Returns RecoveryAction.REPLAN with the given hint (defaults to "Generate a new plan. The previous approach failed.").

policy = triage.FailurePolicy(
    LOOP_DETECTED=replan(hint="You're stuck. Try a completely different approach."),
    GOAL_DRIFT=replan(hint="Re-read the original task before continuing."),
)

resume_from_subgoal()

Returns RecoveryAction.RESUME with from_subgoal set to ctx.metadata.get("incomplete_subgoal").
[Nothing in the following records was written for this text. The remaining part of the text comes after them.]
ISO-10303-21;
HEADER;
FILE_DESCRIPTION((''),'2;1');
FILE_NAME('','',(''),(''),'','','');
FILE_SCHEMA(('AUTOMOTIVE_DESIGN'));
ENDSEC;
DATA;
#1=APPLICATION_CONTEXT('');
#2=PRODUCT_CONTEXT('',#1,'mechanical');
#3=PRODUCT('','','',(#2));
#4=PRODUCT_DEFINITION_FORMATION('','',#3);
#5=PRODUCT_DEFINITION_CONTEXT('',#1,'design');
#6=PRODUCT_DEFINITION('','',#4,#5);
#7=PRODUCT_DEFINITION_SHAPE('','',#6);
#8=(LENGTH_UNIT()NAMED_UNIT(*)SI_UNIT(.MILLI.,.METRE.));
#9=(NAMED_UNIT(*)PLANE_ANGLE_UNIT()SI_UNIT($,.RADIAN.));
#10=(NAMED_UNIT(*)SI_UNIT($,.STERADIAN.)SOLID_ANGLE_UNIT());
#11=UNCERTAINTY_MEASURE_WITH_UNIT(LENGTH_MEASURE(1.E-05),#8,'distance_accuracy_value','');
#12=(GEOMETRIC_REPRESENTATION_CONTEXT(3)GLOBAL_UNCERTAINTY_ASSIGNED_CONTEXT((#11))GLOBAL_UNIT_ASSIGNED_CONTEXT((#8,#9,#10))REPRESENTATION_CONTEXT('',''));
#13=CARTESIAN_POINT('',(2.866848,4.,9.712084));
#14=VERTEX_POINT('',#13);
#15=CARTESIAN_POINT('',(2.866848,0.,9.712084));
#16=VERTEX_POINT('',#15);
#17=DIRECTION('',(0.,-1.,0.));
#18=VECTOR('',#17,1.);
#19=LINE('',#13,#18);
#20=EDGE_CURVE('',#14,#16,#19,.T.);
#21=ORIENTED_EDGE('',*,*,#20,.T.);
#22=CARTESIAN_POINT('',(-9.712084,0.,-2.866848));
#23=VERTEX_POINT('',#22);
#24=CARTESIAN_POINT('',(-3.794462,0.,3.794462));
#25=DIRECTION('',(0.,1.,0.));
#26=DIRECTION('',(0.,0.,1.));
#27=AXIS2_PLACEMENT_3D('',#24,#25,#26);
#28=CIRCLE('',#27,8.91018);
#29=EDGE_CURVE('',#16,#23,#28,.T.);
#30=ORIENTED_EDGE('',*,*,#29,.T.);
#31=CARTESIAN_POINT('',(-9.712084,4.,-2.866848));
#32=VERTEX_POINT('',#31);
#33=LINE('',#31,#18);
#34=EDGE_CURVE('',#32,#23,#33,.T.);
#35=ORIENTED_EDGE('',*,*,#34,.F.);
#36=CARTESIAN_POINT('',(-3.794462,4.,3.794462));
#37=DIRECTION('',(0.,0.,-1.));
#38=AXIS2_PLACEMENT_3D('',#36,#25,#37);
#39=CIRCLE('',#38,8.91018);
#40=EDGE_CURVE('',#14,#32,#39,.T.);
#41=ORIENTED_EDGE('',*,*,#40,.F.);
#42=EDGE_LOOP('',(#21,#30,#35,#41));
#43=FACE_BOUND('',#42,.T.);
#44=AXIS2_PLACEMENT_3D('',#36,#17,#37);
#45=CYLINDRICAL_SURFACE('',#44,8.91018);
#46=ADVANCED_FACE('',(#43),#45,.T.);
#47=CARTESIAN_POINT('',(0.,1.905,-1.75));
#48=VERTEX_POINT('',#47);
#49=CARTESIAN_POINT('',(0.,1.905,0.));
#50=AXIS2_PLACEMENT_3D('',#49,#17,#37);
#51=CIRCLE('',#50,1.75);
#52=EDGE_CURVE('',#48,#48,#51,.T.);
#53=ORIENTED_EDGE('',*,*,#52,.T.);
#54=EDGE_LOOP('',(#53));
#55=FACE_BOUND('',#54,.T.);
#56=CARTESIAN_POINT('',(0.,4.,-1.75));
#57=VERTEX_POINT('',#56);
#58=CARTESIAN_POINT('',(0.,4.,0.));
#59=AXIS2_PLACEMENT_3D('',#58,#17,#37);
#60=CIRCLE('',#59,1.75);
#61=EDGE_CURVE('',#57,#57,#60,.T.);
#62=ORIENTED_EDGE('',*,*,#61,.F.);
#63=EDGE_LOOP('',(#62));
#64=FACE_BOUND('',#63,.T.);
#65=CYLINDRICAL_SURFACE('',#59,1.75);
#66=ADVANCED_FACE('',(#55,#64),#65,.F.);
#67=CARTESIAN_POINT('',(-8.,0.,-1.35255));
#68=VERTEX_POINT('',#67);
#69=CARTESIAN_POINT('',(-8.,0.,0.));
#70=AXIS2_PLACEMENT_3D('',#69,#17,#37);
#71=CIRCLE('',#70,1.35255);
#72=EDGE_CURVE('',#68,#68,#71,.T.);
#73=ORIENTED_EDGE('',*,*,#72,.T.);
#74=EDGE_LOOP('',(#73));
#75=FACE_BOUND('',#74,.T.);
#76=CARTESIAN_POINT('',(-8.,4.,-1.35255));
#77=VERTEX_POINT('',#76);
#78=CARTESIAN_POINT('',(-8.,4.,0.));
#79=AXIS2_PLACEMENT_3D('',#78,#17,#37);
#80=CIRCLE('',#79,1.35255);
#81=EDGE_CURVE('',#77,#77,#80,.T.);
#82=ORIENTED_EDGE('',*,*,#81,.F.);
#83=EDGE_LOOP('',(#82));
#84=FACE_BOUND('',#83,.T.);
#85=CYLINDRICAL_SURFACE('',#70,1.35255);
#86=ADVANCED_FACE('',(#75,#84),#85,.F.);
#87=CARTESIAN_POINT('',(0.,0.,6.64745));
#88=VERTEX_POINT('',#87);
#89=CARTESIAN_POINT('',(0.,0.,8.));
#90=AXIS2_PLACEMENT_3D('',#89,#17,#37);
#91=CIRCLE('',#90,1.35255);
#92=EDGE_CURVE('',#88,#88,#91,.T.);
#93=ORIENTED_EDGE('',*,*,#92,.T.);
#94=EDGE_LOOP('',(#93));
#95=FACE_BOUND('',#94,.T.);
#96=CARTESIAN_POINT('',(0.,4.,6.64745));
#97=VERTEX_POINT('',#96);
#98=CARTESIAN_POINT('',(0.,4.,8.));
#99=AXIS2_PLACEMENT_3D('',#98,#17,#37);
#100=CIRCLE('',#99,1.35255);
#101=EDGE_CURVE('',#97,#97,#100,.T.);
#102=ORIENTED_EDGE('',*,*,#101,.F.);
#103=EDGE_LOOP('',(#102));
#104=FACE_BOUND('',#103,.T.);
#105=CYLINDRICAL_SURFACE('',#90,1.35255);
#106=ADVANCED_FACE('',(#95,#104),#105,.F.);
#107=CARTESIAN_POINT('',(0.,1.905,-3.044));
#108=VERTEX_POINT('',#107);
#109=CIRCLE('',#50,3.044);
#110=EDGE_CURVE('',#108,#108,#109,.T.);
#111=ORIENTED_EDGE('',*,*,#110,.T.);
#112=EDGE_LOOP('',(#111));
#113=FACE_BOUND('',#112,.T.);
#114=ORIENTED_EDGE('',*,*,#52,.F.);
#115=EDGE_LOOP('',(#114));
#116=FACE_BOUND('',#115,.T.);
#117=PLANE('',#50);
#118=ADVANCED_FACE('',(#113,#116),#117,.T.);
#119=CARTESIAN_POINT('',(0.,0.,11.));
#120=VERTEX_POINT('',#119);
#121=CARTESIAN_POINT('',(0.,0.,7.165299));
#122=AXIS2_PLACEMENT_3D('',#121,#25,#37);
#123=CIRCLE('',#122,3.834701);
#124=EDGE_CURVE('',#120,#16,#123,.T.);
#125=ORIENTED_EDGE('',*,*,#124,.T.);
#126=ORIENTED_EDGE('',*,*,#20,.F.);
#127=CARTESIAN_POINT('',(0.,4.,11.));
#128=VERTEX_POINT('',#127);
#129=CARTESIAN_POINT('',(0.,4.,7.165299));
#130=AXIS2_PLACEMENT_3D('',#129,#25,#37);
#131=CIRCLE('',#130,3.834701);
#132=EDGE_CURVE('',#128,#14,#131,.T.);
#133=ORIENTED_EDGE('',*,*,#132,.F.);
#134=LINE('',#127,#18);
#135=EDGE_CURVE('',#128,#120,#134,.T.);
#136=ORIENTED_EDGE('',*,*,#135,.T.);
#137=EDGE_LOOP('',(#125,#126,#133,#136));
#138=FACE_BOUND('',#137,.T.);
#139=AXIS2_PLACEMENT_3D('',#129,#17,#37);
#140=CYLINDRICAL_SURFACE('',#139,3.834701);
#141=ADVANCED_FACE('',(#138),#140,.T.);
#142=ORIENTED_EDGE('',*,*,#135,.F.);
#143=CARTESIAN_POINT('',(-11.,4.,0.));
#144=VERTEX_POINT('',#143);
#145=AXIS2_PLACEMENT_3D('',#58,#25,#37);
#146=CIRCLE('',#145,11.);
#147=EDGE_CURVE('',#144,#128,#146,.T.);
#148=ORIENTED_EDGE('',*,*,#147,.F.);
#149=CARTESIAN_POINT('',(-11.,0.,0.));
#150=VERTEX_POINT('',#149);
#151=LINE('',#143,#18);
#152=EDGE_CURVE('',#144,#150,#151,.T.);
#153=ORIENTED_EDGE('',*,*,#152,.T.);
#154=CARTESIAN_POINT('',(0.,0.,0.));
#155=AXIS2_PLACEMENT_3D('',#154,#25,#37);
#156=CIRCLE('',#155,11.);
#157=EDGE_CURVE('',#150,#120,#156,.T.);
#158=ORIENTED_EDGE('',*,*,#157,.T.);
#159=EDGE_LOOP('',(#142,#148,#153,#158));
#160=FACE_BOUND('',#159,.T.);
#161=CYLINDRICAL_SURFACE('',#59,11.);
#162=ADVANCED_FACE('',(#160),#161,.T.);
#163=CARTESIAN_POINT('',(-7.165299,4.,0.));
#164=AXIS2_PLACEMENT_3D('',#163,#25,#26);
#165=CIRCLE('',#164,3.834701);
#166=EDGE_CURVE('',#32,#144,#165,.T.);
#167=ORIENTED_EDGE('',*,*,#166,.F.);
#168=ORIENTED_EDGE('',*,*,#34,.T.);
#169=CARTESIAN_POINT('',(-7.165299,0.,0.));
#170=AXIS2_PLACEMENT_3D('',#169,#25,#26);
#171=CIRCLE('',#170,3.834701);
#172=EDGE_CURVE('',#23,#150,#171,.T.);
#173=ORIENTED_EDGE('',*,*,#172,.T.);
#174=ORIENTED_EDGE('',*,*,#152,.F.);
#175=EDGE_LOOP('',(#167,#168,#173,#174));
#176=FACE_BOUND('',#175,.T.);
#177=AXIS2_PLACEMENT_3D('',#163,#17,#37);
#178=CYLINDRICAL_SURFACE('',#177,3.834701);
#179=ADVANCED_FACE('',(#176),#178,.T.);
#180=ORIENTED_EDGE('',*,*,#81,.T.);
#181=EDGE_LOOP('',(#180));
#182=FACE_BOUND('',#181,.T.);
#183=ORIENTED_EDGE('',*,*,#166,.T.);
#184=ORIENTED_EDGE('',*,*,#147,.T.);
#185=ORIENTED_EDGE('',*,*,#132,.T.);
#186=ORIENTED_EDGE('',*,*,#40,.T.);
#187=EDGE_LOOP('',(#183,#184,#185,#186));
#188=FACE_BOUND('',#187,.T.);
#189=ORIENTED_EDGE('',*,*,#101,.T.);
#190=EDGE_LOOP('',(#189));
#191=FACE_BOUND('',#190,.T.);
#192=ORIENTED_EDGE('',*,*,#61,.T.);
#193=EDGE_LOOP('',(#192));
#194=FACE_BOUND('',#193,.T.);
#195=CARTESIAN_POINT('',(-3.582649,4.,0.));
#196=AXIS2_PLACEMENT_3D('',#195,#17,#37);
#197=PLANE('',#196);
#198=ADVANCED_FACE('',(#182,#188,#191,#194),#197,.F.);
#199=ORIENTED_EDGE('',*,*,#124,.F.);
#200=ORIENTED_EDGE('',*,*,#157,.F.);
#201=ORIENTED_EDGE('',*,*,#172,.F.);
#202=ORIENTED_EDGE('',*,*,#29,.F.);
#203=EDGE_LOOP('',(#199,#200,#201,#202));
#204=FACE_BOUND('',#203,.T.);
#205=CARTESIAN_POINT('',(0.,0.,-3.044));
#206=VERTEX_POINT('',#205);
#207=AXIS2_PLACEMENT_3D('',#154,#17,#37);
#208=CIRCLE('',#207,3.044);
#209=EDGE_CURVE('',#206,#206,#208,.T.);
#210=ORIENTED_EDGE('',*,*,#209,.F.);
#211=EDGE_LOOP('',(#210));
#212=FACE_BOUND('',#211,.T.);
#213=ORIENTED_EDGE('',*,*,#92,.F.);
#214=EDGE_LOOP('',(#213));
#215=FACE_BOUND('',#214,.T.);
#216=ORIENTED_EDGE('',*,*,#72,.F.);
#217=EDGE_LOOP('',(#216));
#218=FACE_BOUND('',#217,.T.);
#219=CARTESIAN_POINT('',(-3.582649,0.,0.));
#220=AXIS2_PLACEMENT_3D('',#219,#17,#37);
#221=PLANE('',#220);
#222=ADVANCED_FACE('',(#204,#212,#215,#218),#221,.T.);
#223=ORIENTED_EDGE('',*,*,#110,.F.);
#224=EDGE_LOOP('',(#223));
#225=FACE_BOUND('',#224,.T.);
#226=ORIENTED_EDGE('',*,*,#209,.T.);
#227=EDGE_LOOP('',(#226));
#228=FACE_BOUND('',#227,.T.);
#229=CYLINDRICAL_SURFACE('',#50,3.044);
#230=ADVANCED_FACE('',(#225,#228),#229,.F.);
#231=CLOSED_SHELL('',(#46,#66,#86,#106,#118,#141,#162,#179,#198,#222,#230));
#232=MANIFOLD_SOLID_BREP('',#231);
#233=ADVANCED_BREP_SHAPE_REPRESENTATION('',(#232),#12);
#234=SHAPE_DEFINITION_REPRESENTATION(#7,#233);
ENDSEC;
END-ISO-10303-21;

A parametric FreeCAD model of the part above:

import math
import FreeCAD as App
import Part
import Sketcher
from FreeCAD import Vector
Q = App.Units.Quantity

doc = App.newDocument("Part")
body = doc.addObject("PartDesign::Body", "Body")

sketch1 = body.newObject("Sketcher::SketchObject", "Sketch")
sketch1.AttachmentSupport = (doc.getObject("XZ_Plane"), [""])
sketch1.MapMode = "FlatFace"
sketch1.addGeometry([
    Part.ArcOfCircle(Part.Circle(Vector(-3.8, 3.8, 0), Vector(0, 0, 1), 8.9), math.radians(-45), math.radians(42)),
    Part.ArcOfCircle(Part.Circle(Vector(-3.8, 3.8, 0), Vector(0, 0, 1), 8.9), math.radians(-132), math.radians(-45)),
    Part.ArcOfCircle(Part.Circle(Vector(-7.2, 0, 0), Vector(0, 0, 1), 3.8), math.radians(-180), math.radians(-132)),
    Part.ArcOfCircle(Part.Circle(Vector(0, 0, 0), Vector(0, 0, 1), 11), math.radians(90), math.radians(180)),
    Part.ArcOfCircle(Part.Circle(Vector(0, 7.2, 0), Vector(0, 0, 1), 3.8), math.radians(42), math.radians(90)),
], False)
sketch1.addConstraint([
    Sketcher.Constraint("Tangent", 0, 1, 1, 2),
    Sketcher.Constraint("Tangent", 1, 1, 2, 2),
    Sketcher.Constraint("Tangent", 2, 1, 3, 2),
    Sketcher.Constraint("Tangent", 3, 1, 4, 2),
    Sketcher.Constraint("Tangent", 4, 1, 0, 2),
    Sketcher.Constraint("Coincident", 3, 3, -1, 1),
    Sketcher.Constraint("Equal", 0, 1),
    Sketcher.Constraint("Equal", 2, 4),
    Sketcher.Constraint("PointOnObject", 2, 3, -1),
    Sketcher.Constraint("PointOnObject", 4, 3, -2),
    Sketcher.Constraint("Radius", 3, Q("11 mm")),
    Sketcher.Constraint("Radius", 2, Q("3.834701 mm")),
    Sketcher.Constraint("Radius", 0, Q("8.91018 mm")),
    Sketcher.Constraint("DistanceX", 0, 3, 0, 1, Q("6.300449 mm")),
])
pad1 = body.newObject("PartDesign::Pad", "Pad")
pad1.Profile = sketch1
pad1.Length = 4
pad1.Reversed = True

sketch2 = body.newObject("Sketcher::SketchObject", "Sketch001")
sketch2.AttachmentSupport = (doc.getObject("XZ_Plane"), [""])
sketch2.MapMode = "FlatFace"
sketch2.addGeometry([
    Part.Circle(Vector(-8, 0, 0), Vector(0, 0, 1), 1.4),
    Part.Circle(Vector(0, 8, 0), Vector(0, 0, 1), 1.4),
], False)
sketch2.addConstraint([
    Sketcher.Constraint("Equal", 0, 1),
    Sketcher.Constraint("PointOnObject", 0, 3, -1),
    Sketcher.Constraint("PointOnObject", 1, 3, -2),
    Sketcher.Constraint("DistanceX", 0, 3, -1, 1, Q("8 mm")),
    Sketcher.Constraint("DistanceY", -1, 1, 1, 3, Q("8 mm")),
    Sketcher.Constraint("Diameter", 0, Q("2.7051 mm")),
])
doc.recompute()
hole = body.newObject("PartDesign::Hole", "Hole")
hole.Profile = sketch2
hole.ThreadType = "None"
hole.Diameter = 2.7051
hole.DepthType = "ThroughAll"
policy = triage.FailurePolicy(
    PLAN_INCOMPLETE=resume_from_subgoal(),
)

rollback strategies

from triage.strategies.rollback import rollback_to_checkpoint

rollback_to_checkpoint(checkpoint_id=None)

Returns RecoveryAction.ROLLBACK. If checkpoint_id is not given, uses ctx.last_checkpoint_id (the most recently saved checkpoint for this run).

policy = triage.FailurePolicy(
    HALLUCINATED_STATE=rollback_to_checkpoint(),
)

Writing custom strategies

A strategy is any async def taking FailureContext and returning RecoveryAction:

from triage.taxonomy import FailureContext, FailureType
from triage.policy import RecoveryAction

async def escalate_after_3_faults(ctx: FailureContext) -> RecoveryAction:
    faults = sum(1 for ft, _ in ctx.attempt_history if ft == FailureType.EXTERNAL_FAULT)
    if faults >= 3:
        return RecoveryAction.ESCALATE("Service unavailable after 3 retries.")
    return RecoveryAction.RETRY(delay=2.0 ** faults)

policy = triage.FailurePolicy(
    EXTERNAL_FAULT=escalate_after_3_faults,
    default=triage.FailurePolicy.escalate_by_default(),
)

Strategies must not call the agent, restore checkpoints, or sleep — Agent executes the action they return.